Collected data entries:
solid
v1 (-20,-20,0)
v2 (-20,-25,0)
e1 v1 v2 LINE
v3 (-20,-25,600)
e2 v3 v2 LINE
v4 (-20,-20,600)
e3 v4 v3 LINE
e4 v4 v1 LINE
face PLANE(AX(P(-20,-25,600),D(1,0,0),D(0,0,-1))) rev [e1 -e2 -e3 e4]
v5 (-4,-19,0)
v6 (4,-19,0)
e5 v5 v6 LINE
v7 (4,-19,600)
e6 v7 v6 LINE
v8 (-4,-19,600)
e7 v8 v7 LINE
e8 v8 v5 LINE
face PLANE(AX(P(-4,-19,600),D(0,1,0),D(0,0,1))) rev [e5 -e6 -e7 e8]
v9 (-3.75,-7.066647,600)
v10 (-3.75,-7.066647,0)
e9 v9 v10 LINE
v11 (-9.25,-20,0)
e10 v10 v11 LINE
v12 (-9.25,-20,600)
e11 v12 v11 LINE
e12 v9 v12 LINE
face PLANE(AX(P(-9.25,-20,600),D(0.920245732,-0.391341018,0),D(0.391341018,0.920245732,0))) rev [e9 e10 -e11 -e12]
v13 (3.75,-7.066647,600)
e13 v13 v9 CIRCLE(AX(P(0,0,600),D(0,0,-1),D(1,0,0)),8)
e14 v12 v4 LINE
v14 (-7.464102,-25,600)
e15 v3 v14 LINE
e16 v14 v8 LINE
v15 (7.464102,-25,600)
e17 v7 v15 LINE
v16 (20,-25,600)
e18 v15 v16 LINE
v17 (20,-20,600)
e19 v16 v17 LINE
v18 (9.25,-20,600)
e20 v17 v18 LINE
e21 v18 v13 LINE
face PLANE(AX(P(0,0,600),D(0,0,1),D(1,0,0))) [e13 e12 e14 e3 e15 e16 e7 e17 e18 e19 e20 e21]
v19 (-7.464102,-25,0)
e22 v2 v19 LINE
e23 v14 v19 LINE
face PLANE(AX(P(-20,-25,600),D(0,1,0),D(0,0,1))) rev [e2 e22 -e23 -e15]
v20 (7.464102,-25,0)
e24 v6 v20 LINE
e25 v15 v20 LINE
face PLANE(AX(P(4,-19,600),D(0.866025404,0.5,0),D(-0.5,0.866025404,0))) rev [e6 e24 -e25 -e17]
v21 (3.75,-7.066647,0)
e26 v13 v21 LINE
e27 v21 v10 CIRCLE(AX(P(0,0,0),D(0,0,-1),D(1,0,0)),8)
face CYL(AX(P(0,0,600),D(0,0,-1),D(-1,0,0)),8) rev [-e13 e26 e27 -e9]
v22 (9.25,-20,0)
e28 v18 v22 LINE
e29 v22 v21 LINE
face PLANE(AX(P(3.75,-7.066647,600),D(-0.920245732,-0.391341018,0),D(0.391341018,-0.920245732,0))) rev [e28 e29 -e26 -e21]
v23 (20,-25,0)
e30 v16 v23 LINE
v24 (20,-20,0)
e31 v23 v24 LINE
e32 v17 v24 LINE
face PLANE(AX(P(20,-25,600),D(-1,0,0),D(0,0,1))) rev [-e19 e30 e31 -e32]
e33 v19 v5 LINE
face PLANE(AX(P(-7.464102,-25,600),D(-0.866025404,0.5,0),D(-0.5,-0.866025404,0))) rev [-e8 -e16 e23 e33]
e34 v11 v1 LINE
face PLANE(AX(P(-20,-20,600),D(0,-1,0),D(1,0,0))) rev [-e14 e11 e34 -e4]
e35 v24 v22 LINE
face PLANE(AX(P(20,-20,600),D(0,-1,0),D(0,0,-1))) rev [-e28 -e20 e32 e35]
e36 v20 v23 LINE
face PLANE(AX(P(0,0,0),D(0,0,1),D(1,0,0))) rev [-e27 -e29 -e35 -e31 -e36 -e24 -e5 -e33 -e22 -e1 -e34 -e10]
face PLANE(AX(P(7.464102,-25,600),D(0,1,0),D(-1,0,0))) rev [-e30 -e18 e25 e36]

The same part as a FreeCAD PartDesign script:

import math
import FreeCAD as App
import Part
import Sketcher
Q = App.Units.Quantity

doc = App.newDocument("Part")
params = doc.addObject("Spreadsheet::Sheet", "Params")
for row, (alias, value) in enumerate([
    ("sketch1_radius", "8 mm"),
    ("sketch1_width", "8 mm"),
    ("sketch1_height", "5 mm"),
    ("sketch1_width2", "10.75 mm"),
    ("pad1_length", "600 mm"),
], start=1):
    params.set(f"A{row}", alias)
    params.set(f"B{row}", "=" + value)
    params.setAlias(f"B{row}", alias)

body = doc.addObject("PartDesign::Body", "Body")

# Sketch on XY plane
sketch1 = doc.addObject("Sketcher::SketchObject", "Sketch")
body.addObject(sketch1)
sketch1.AttachmentSupport = (doc.XY_Plane, [""])
sketch1.MapMode = "FlatFace"
sketch1.addGeometry([
    Part.LineSegment(App.Vector(-20, -25, 0), App.Vector(-7, -25, 0)),  # 0
    Part.LineSegment(App.Vector(-7, -25, 0), App.Vector(-4, -19, 0)),  # 1
    Part.LineSegment(App.Vector(-4, -19, 0), App.Vector(4, -19, 0)),  # 2
    Part.LineSegment(App.Vector(4, -19, 0), App.Vector(7, -25, 0)),  # 3
    Part.LineSegment(App.Vector(7, -25, 0), App.Vector(20, -25, 0)),  # 4
    Part.LineSegment(App.Vector(20, -25, 0), App.Vector(20, -20, 0)),  # 5
    Part.LineSegment(App.Vector(20, -20, 0), App.Vector(9, -20, 0)),  # 6
    Part.LineSegment(App.Vector(9, -20, 0), App.Vector(4, -7, 0)),  # 7
    Part.ArcOfCircle(Part.Circle(App.Vector(0, 0, 0), App.Vector(0, 0, 1), 8), math.radians(-118), math.radians(-62)),  # 8
    Part.LineSegment(App.Vector(-4, -7, 0), App.Vector(-9, -20, 0)),  # 9
    Part.LineSegment(App.Vector(-9, -20, 0), App.Vector(-20, -20, 0)),  # 10
    Part.LineSegment(App.Vector(-20, -20, 0), App.Vector(-20, -25, 0)),  # 11
], False)
sketch1.addConstraint([
    Sketcher.Constraint("Coincident", 0, 2, 1, 1),
    Sketcher.Constraint("Coincident", 1, 2, 2, 1),
    Sketcher.Constraint("Coincident", 2, 2, 3, 1),
    Sketcher.Constraint("Coincident", 3, 2, 4, 1),
    Sketcher.Constraint("Coincident", 4, 2, 5, 1),
    Sketcher.Constraint("Coincident", 5, 2, 6, 1),
    Sketcher.Constraint("Coincident", 6, 2, 7, 1),
    Sketcher.Constraint("Coincident", 7, 2, 8, 2),
    Sketcher.Constraint("Coincident", 8, 1, 9, 1),
    Sketcher.Constraint("Coincident", 9, 2, 10, 1),
    Sketcher.Constraint("Coincident", 10, 2, 11, 1),
    Sketcher.Constraint("Coincident", 11, 2, 0, 1),
    Sketcher.Constraint("Horizontal", 0),
    Sketcher.Constraint("Horizontal", 2),
    Sketcher.Constraint("Horizontal", 4),
    Sketcher.Constraint("Vertical", 5),
    Sketcher.Constraint("Horizontal", 6),
    Sketcher.Constraint("Horizontal", 10),
    Sketcher.Constraint("Vertical", 11),
    Sketcher.Constraint("Coincident", 8, 3, -1, 1),
    Sketcher.Constraint("Symmetric", 0, 2, 3, 2, -2),
    Sketcher.Constraint("Symmetric", 6, 2, 9, 2, -2),
    Sketcher.Constraint("Horizontal", 7, 2, 8, 1),
    Sketcher.Constraint("Equal", 0, 4),
    Sketcher.Constraint("Equal", 1, 3),
    Sketcher.Constraint("Radius", 8, Q("8 mm")),
    Sketcher.Constraint("DistanceX", 2, 1, 2, 2, Q("8 mm")),
    Sketcher.Constraint("DistanceY", 5, 1, 5, 2, Q("5 mm")),
    Sketcher.Constraint("Angle", 1, Q("60 deg")),
    Sketcher.Constraint("DistanceY", 0, 2, -1, 1, Q("25 mm")),
    Sketcher.Constraint("DistanceY", 1, 2, -1, 1, Q("19 mm")),
    Sketcher.Constraint("DistanceX", -1, 1, 4, 2, Q("20 mm")),
    Sketcher.Constraint("DistanceX", 6, 2, 6, 1, Q("10.75 mm")),
    Sketcher.Constraint("DistanceX", 7, 2, 6, 2, Q("5.5 mm")),
])
sketch1.setExpression("Constraints[25]", "Params.sketch1_radius")
sketch1.setExpression("Constraints[26]", "Params.sketch1_width")
sketch1.setExpression("Constraints[27]", "Params.sketch1_height")
sketch1.setExpression("Constraints[32]", "Params.sketch1_width2")
pad1 = doc.addObject("PartDesign::Pad", "Pad")
body.addObject(pad1)
pad1.Profile = sketch1
pad1.setExpression("Length", "Params.pad1_length")

doc.recompute()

*Problem:*
From the data above, output exactly the lines between the one containing "v24 (20,-20,0)" and the one containing "e36 v20 v23 LINE", counting both of them.

*Output below:*
v24 (20,-20,0)
e31 v23 v24 LINE
e32 v17 v24 LINE
face PLANE(AX(P(20,-25,600),D(-1,0,0),D(0,0,1))) rev [-e19 e30 e31 -e32]
e33 v19 v5 LINE
face PLANE(AX(P(-7.464102,-25,600),D(-0.866025404,0.5,0),D(-0.5,-0.866025404,0))) rev [-e8 -e16 e23 e33]
e34 v11 v1 LINE
face PLANE(AX(P(-20,-20,600),D(0,-1,0),D(1,0,0))) rev [-e14 e11 e34 -e4]
e35 v24 v22 LINE
face PLANE(AX(P(20,-20,600),D(0,-1,0),D(0,0,-1))) rev [-e28 -e20 e32 e35]
e36 v20 v23 LINE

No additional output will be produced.